Icons and Icon Fonts

Icons are another area where CSS can come in handy, as long as your icons are declared in CSS as well. For a detailed post of how to do this, see here.

HTML Elements

You can even eliminate most HTML elements and rely on code to generate them instead. I'm not suggesting this is always a good idea. For example, there's really no reason why you should replace a simple <p> tag with code, but it can be helpful for more exotic HTML tags or when using a library like Bootstrap.
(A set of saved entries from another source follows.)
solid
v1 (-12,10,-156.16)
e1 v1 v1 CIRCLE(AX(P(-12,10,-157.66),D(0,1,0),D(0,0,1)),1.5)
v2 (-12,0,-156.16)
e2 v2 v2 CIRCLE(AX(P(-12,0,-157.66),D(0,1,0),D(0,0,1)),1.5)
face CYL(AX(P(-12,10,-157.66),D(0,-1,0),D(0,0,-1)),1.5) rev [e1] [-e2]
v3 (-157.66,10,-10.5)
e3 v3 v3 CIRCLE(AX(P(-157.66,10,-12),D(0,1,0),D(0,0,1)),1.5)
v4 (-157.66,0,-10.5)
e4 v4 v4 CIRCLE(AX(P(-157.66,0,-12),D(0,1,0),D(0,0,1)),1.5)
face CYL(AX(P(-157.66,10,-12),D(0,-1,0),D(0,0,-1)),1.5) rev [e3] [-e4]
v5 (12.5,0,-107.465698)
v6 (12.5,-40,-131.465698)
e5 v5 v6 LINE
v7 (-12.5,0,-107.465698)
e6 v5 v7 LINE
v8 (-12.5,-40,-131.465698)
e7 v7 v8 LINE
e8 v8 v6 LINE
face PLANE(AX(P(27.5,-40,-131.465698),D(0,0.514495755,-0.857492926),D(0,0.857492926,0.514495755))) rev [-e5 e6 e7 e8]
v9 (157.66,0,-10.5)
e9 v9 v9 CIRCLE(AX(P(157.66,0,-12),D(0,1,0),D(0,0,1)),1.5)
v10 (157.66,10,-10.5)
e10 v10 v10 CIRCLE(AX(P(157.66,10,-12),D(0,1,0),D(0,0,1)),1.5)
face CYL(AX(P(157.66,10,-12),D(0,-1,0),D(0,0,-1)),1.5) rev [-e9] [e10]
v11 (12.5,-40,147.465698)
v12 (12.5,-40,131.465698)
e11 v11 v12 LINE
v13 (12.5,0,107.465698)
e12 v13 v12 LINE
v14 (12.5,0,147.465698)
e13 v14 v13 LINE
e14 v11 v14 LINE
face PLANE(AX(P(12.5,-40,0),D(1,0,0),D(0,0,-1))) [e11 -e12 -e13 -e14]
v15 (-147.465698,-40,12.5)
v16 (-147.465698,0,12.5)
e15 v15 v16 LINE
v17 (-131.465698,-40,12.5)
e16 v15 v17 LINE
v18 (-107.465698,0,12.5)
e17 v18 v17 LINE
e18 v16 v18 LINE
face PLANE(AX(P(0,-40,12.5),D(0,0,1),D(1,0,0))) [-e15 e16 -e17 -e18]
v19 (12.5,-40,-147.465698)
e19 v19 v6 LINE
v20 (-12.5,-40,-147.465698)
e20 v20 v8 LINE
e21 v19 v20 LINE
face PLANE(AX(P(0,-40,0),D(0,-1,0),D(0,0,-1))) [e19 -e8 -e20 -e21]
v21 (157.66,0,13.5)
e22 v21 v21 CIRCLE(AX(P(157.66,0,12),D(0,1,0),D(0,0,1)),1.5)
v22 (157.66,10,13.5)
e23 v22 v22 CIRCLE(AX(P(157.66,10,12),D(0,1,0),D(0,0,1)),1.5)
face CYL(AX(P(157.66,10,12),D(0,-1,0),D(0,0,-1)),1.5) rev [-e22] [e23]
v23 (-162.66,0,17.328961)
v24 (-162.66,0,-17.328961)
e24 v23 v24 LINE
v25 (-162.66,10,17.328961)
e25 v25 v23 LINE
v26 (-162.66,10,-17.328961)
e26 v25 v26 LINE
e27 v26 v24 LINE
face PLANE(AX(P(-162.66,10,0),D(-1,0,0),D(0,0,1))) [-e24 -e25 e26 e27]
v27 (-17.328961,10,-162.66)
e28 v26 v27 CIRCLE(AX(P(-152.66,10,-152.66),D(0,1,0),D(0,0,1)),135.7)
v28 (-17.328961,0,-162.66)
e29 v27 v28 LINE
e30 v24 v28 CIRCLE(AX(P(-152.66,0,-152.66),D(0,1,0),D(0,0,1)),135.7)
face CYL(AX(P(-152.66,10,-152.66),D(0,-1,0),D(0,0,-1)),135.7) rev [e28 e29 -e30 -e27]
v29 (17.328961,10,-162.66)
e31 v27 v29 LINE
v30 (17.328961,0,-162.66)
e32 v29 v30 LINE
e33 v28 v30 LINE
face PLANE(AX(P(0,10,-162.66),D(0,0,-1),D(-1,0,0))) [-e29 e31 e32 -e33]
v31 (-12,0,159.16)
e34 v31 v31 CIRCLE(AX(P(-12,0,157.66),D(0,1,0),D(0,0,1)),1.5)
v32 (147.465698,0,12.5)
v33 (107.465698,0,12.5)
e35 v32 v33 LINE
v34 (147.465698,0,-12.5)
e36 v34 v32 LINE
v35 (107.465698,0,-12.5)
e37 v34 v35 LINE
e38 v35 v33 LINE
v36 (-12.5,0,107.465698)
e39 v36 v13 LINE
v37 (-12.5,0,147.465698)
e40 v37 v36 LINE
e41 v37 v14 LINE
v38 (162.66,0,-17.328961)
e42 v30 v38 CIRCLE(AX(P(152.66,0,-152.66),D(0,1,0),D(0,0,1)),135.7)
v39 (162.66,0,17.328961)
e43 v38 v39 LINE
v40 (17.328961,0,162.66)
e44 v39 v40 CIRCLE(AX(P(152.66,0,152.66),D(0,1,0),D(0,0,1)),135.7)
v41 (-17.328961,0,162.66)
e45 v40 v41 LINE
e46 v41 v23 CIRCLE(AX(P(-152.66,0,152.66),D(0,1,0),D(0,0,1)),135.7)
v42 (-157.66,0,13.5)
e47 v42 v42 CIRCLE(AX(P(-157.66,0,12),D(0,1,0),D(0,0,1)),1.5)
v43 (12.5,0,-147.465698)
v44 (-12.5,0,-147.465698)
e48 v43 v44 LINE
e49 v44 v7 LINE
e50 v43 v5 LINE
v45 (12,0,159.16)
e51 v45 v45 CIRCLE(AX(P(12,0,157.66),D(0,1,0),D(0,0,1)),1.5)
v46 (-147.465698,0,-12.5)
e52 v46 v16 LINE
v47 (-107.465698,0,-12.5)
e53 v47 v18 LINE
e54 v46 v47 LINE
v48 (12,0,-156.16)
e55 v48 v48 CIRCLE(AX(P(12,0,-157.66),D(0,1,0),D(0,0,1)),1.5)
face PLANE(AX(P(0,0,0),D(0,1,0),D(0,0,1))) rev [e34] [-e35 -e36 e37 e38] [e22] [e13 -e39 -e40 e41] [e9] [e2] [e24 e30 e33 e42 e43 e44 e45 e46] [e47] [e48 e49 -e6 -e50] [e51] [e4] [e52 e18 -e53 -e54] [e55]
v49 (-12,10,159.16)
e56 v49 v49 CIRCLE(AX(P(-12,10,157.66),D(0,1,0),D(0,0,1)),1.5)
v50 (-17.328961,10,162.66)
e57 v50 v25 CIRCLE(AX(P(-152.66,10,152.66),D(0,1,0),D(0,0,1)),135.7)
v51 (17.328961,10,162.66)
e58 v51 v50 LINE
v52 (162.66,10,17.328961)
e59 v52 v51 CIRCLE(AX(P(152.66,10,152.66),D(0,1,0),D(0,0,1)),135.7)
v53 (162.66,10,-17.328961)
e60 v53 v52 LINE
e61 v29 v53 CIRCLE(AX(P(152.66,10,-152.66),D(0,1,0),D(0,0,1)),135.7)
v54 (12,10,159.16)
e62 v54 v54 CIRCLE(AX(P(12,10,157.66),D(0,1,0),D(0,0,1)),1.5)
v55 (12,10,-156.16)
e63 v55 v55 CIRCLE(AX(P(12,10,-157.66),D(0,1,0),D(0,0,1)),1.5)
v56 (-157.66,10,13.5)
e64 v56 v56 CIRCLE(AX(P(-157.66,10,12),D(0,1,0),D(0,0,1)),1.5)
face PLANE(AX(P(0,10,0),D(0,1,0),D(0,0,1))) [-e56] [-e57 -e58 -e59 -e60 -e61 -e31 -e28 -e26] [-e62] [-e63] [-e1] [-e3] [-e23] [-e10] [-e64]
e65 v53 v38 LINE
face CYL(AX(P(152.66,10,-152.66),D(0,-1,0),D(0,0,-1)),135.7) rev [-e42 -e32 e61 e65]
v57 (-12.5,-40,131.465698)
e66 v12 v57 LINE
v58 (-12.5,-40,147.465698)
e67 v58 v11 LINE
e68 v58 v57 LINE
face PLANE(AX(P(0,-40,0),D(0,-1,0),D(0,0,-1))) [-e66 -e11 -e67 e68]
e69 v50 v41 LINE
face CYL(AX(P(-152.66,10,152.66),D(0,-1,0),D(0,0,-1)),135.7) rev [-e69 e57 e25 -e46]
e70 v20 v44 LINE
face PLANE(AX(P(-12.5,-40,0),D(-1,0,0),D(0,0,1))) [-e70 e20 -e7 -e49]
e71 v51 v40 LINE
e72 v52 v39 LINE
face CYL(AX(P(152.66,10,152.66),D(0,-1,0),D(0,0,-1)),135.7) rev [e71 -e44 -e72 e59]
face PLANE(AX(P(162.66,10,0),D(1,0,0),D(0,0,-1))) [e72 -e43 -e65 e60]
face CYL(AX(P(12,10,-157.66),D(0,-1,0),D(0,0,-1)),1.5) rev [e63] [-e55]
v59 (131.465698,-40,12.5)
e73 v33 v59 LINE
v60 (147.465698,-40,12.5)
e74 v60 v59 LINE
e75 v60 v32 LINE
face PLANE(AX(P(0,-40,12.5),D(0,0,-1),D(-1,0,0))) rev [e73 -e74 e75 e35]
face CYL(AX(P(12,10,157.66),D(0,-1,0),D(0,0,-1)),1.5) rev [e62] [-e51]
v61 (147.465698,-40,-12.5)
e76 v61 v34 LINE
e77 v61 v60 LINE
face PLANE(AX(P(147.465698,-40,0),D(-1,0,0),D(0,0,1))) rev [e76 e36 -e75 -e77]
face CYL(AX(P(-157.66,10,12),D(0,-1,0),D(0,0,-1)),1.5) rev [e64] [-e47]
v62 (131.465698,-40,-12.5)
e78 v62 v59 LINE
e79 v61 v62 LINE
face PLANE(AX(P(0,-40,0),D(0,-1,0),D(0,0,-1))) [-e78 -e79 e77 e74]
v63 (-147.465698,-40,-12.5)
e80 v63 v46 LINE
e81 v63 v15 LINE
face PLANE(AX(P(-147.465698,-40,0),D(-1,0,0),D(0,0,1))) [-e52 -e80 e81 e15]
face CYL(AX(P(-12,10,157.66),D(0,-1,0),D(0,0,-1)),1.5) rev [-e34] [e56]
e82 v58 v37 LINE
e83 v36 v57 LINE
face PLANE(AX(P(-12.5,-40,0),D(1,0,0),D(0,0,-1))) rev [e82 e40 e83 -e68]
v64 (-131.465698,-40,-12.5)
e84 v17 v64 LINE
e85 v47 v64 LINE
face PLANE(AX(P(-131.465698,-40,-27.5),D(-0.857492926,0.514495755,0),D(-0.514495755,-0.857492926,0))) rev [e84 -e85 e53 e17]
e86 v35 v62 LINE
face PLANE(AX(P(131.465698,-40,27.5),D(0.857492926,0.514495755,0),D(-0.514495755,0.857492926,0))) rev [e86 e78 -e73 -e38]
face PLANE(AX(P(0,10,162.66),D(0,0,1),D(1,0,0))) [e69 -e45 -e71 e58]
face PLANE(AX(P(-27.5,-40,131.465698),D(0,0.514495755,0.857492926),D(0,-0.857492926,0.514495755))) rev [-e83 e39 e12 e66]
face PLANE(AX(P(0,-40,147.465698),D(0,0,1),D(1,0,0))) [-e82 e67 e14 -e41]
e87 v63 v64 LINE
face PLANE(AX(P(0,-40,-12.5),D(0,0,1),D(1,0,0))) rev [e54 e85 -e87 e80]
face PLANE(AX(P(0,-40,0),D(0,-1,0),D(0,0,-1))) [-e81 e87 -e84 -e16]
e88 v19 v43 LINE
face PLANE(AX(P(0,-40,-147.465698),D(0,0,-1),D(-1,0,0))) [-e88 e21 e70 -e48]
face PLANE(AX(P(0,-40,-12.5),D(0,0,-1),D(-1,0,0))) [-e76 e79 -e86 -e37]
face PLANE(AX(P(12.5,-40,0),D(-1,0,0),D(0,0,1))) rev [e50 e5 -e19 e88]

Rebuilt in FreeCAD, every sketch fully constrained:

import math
import FreeCAD as App
import Part
import Sketcher

V = App.Vector
Q = App.Units.Quantity

doc = App.newDocument("Part")
body = doc.addObject("PartDesign::Body", "Body")

sketch1 = body.newObject("Sketcher::SketchObject", "Sketch")
sketch1.AttachmentSupport = (doc.getObject("XZ_Plane"), [""])
sketch1.MapMode = "FlatFace"
sketch1.addGeometry([
    Part.LineSegment(V(162.7, 17.3, 0), V(162.7, -17.3, 0)),
    Part.ArcOfCircle(Part.Circle(V(152.7, -152.7, 0), V(0, 0, 1), 135.7), math.radians(86), math.radians(184)),
    Part.LineSegment(V(17.3, -162.7, 0), V(-17.3, -162.7, 0)),
    Part.ArcOfCircle(Part.Circle(V(-152.7, -152.7, 0), V(0, 0, 1), 135.7), math.radians(-4), math.radians(94)),
    Part.LineSegment(V(-162.7, -17.3, 0), V(-162.7, 17.3, 0)),
    Part.ArcOfCircle(Part.Circle(V(-152.7, 152.7, 0), V(0, 0, 1), 135.7), math.radians(-94), math.radians(4)),
    Part.LineSegment(V(-17.3, 162.7, 0), V(17.3, 162.7, 0)),
    Part.ArcOfCircle(Part.Circle(V(152.7, 152.7, 0), V(0, 0, 1), 135.7), math.radians(176), math.radians(274)),
    Part.Circle(V(-12, 157.7, 0), V(0, 0, 1), 1.5),
    Part.Circle(V(-157.7, 12, 0), V(0, 0, 1), 1.5),
    Part.Circle(V(12, 157.7, 0), V(0, 0, 1), 1.5),
    Part.Circle(V(157.7, 12, 0), V(0, 0, 1), 1.5),
    Part.Circle(V(-157.7, -12, 0), V(0, 0, 1), 1.5),
    Part.Circle(V(-12, -157.7, 0), V(0, 0, 1), 1.5),
    Part.Circle(V(157.7, -12, 0), V(0, 0, 1), 1.5),
    Part.Circle(V(12, -157.7, 0), V(0, 0, 1), 1.5),
], False)
sketch1.addConstraint([
    Sketcher.Constraint("Coincident", 0, 2, 1, 1),
    Sketcher.Constraint("Coincident", 1, 2, 2, 1),
    Sketcher.Constraint("Coincident", 2, 2, 3, 1),
    Sketcher.Constraint("Coincident", 3, 2, 4, 1),
    Sketcher.Constraint("Coincident", 4, 2, 5, 1),
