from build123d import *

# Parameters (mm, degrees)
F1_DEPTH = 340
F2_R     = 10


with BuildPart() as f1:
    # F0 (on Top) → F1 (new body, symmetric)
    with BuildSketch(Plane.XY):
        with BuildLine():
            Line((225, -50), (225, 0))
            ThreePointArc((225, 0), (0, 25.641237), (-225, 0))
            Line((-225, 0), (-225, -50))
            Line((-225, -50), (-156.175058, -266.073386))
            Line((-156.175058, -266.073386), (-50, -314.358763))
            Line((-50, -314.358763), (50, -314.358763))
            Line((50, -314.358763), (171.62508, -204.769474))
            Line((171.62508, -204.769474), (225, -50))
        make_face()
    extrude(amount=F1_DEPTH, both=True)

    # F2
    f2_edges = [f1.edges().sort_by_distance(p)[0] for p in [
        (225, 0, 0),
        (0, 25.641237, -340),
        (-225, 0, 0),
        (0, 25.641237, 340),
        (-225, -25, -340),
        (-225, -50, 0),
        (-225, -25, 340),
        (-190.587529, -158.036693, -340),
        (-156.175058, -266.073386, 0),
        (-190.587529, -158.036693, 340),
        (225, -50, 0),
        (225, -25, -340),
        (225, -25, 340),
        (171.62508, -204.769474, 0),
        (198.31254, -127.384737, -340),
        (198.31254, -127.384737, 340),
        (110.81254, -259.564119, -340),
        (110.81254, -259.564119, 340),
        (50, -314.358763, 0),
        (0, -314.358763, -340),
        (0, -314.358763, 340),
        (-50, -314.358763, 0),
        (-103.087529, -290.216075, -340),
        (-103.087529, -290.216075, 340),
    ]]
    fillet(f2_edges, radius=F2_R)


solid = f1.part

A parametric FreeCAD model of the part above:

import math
import FreeCAD as App
import Part
import Sketcher
from FreeCAD import Vector
Q = App.Units.Quantity

doc = App.newDocument("Part")
params = doc.addObject("Spreadsheet::Sheet", "Params")
for row, (alias, value) in enumerate([
    ("sketch1_width", "100 mm"),
    ("sketch1_height", "50 mm"),
    ("pad1_length", "680 mm"),
    ("fillet_radius", "10 mm"),
], start=1):
    params.set(f"A{row}", alias)
    params.set(f"B{row}", "=" + value)
    params.setAlias(f"B{row}", alias)

body = doc.addObject("PartDesign::Body", "Body")

sketch1 = doc.addObject("Sketcher::SketchObject", "Sketch")
body.addObject(sketch1)
sketch1.AttachmentSupport = (doc.XY_Plane, [""])
sketch1.MapMode = "FlatFace"
sketch1.addGeometry(Part.LineSegment(Vector(225, -50, 0), Vector(225, 0, 0)), False)
sketch1.addGeometry(Part.ArcOfCircle(Part.Circle(Vector(0, -974.358744, 0), Vector(0, 0, 1), 999.999981), math.radians(76.997122), math.radians(103.002878)), False)
sketch1.addGeometry(Part.LineSegment(Vector(-225, 0, 0), Vector(-225, -50, 0)), False)
sketch1.addGeometry(Part.LineSegment(Vector(-225, -50, 0), Vector(-156.175058, -266.073386, 0)), False)
sketch1.addGeometry(Part.LineSegment(Vector(-156.175058, -266.073386, 0), Vector(-50, -314.358763, 0)), False)
sketch1.addGeometry(Part.LineSegment(Vector(-50, -314.358763, 0), Vector(50, -314.358763, 0)), False)
sketch1.addGeometry(Part.LineSegment(Vector(50, -314.358763, 0), Vector(171.62508, -204.769474, 0)), False)
sketch1.addGeometry(Part.LineSegment(Vector(171.62508, -204.769474, 0), Vector(225, -50, 0)), False)
sketch1.addConstraint(Sketcher.Constraint("Coincident", 0, 2, 1, 1))
sketch1.addConstraint(Sketcher.Constraint("Coincident", 1, 2, 2, 1))
sketch1.addConstraint(Sketcher.Constraint("Coincident", 2, 2, 3, 1))
sketch1.addConstraint(Sketcher.Constraint("Coincident", 3, 2, 4, 1))
sketch1.addConstraint(Sketcher.Constraint("Coincident", 4, 2, 5, 1))
sketch1.addConstraint(Sketcher.Constraint("Coincident", 5, 2, 6, 1))
sketch1.addConstraint(Sketcher.Constraint("Coincident", 6, 2, 7, 1))
sketch1.addConstraint(Sketcher.Constraint("Coincident", 7, 2, 0, 1))
sketch1.addConstraint(Sketcher.Constraint("Vertical", 0))
sketch1.addConstraint(Sketcher.Constraint("Vertical", 2))
sketch1.addConstraint(Sketcher.Constraint("Horizontal", 5))
sketch1.addConstraint(Sketcher.Constraint("Symmetric", 2, 2, 7, 2, -2))
sketch1.addConstraint(Sketcher.Constraint("PointOnObject", 1, 3, -2))
sketch1.addConstraint(Sketcher.Constraint("PointOnObject", 0, 2, -1))
sketch1.addConstraint(Sketcher.Constraint("Equal", 6, 7))
sketch1.addConstraint(Sketcher.Constraint("DistanceX", 5, 1, 5, 2, Q("100 mm")))
sketch1.addConstraint(Sketcher.Constraint("DistanceY", 0, 1, 0, 2, Q("50 mm")))
sketch1.addConstraint(Sketcher.Constraint("DistanceX", -1, 1, 0, 2, Q("225 mm")))
sketch1.addConstraint(Sketcher.Constraint("DistanceX", 4, 2, -1, 1, Q("50 mm")))
sketch1.addConstraint(Sketcher.Constraint("Radius", 1, Q("999.999981 mm")))
sketch1.addConstraint(Sketcher.Constraint("DistanceX", 3, 2, -1, 1, Q("156.175058 mm")))
sketch1.addConstraint(Sketcher.Constraint("DistanceX", -1, 1, 6, 2, Q("171.62508 mm")))
sketch1.addConstraint(Sketcher.Constraint("DistanceY", 1, 3, 3, 2, Q("708.285358 mm")))
sketch1.addConstraint(Sketcher.Constraint("DistanceY", 1, 3, 4, 2, Q("659.999981 mm")))
sketch1.setExpression("Constraints[15]", "Params.sketch1_width")
sketch1.setExpression("Constraints[16]", "Params.sketch1_height")
pad1 = doc.addObject("PartDesign::Pad", "Pad")
body.addObject(pad1)
pad1.Profile = sketch1
pad1.setExpression("Length", "Params.pad1_length")
pad1.Midplane = True
doc.recompute()

fillet = doc.addObject("PartDesign::Fillet", "Fillet")
body.addObject(fillet)
fillet.Base = (pad1, ["Edge1"])
fillet.UseAllEdges = True
fillet.setExpression("Radius", "Params.fillet_radius")

doc.recompute()
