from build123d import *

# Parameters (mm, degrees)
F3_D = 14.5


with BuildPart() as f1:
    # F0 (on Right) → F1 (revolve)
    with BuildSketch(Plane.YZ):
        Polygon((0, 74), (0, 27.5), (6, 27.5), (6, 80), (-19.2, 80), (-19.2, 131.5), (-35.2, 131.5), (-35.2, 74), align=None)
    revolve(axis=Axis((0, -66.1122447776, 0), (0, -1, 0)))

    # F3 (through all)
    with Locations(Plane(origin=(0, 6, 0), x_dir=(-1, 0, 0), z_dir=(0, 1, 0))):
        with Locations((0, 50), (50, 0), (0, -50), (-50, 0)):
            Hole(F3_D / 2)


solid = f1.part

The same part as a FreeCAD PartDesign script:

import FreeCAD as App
import Part
import Sketcher

V = App.Vector
Q = App.Units.Quantity


def add_polygon(sketch, points):
    """Adds a closed chain of lines whose ends are joined by coincident constraints."""
    first, n = sketch.GeometryCount, len(points)
    for a, b in zip(points, points[1:] + points[:1]):
        sketch.addGeometry(Part.LineSegment(App.Vector(*a, 0), App.Vector(*b, 0)), False)
    for i in range(n):
        sketch.addConstraint(Sketcher.Constraint("Coincident", first + i, 2, first + (i + 1) % n, 1))

doc = App.newDocument("Part")
body = doc.addObject("PartDesign::Body", "Body")

# Sketch on YZ plane
sketch1 = body.newObject("Sketcher::SketchObject", "Sketch")
sketch1.AttachmentSupport = (doc.getObject("YZ_Plane"), [""])
sketch1.MapMode = "FlatFace"
add_polygon(sketch1, [(0, 74), (0, 28), (6, 28), (6, 80), (-19, 80), (-19, 132), (-35, 132), (-35, 74)])  # lines 0-7
sketch1.addConstraint(Sketcher.Constraint("Vertical", 0))
sketch1.addConstraint(Sketcher.Constraint("Horizontal", 1))
sketch1.addConstraint(Sketcher.Constraint("Vertical", 2))
sketch1.addConstraint(Sketcher.Constraint("Horizontal", 3))
sketch1.addConstraint(Sketcher.Constraint("Vertical", 4))
sketch1.addConstraint(Sketcher.Constraint("Horizontal", 5))
sketch1.addConstraint(Sketcher.Constraint("Vertical", 6))
sketch1.addConstraint(Sketcher.Constraint("Horizontal", 7))
sketch1.addConstraint(Sketcher.Constraint("PointOnObject", 0, 2, -2))
sketch1.addConstraint(Sketcher.Constraint("DistanceX", 1, 1, 1, 2, Q("6 mm")))
sketch1.addConstraint(Sketcher.Constraint("DistanceX", 5, 2, 5, 1, Q("16 mm")))
sketch1.addConstraint(Sketcher.Constraint("DistanceX", 3, 2, 3, 1, Q("25.2 mm")))
sketch1.addConstraint(Sketcher.Constraint("DistanceY", 0, 2, 0, 1, Q("46.5 mm")))
sketch1.addConstraint(Sketcher.Constraint("DistanceY", 2, 1, 2, 2, Q("52.5 mm")))
sketch1.addConstraint(Sketcher.Constraint("DistanceY", 4, 1, 4, 2, Q("51.5 mm")))
sketch1.addConstraint(Sketcher.Constraint("DistanceY", -1, 1, 2, 2, Q("80 mm")))
revolution = body.newObject("PartDesign::Revolution", "Revolution")
revolution.Profile = sketch1
revolution.ReferenceAxis = (sketch1, ["H_Axis"])
revolution.Angle = 360

# Sketch on XZ plane
sketch2 = body.newObject("Sketcher::SketchObject", "Sketch001")
sketch2.AttachmentSupport = (doc.getObject("XZ_Plane"), [""])
sketch2.MapMode = "FlatFace"
sketch2.AttachmentOffset = App.Placement(V(0, 0, -6), App.Rotation())
sketch2.addGeometry(Part.Circle(V(0, 50, 0), V(0, 0, 1), 7), False)
sketch2.addGeometry(Part.Circle(V(-50, 0, 0), V(0, 0, 1), 7), False)
sketch2.addGeometry(Part.Circle(V(0, -50, 0), V(0, 0, 1), 7), False)
sketch2.addGeometry(Part.Circle(V(50, 0, 0), V(0, 0, 1), 7), False)
sketch2.addConstraint(Sketcher.Constraint("Equal", 0, 1))
sketch2.addConstraint(Sketcher.Constraint("Equal", 1, 2))
sketch2.addConstraint(Sketcher.Constraint("Equal", 2, 3))
sketch2.addConstraint(Sketcher.Constraint("Symmetric", 0, 3, 2, 3, -1, 1))
sketch2.addConstraint(Sketcher.Constraint("Symmetric", 1, 3, 3, 3, -1, 1))
sketch2.addConstraint(Sketcher.Constraint("PointOnObject", 0, 3, -2))
sketch2.addConstraint(Sketcher.Constraint("PointOnObject", 1, 3, -1))
sketch2.addConstraint(Sketcher.Constraint("Diameter", 0, Q("14.5 mm")))
sketch2.addConstraint(Sketcher.Constraint("DistanceY", -1, 1, 0, 3, Q("50 mm")))
sketch2.addConstraint(Sketcher.Constraint("DistanceX", 1, 3, -1, 1, Q("50 mm")))
doc.recompute()
hole = body.newObject("PartDesign::Hole", "Hole")
hole.Profile = sketch2
hole.ThreadType = "None"
hole.Diameter = 14.5
hole.DepthType = "ThroughAll"
hole.Reversed = True

doc.recompute()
There are several libraries to assist in generating HTML from your view code. For starters, native ASP.NET MVC contains a number of HtmlHelper extensions to generate form elements. In the third-party space, the FubuMVC project published a library to create generic HTML elements via code. There are also wrappers for common CSS frameworks like Bootstrap such as TwitterBootstrapMVC or my own FluentBootstrap. There is also planned support for tag-like syntax for code helpers in ASP.NET vNext via Tag Helpers.

DIY

There is also a lot you can do in terms of best practice to eliminate magic strings. For example, try not to rely on dynamic objects if possible and use strongly-typed view models instead. Jimmy Bogard also has some good tips.

nameof()

Finally, it looks like the compiler and language designers are recognizing some of the problems with certain kinds of magic strings. One of the features I'm most looking forward to in C# 6 is the introduction of a new nameof() expression. It will return a string literal for any property and can help eliminate magic strings from error messages, validation checks, UI output, etc.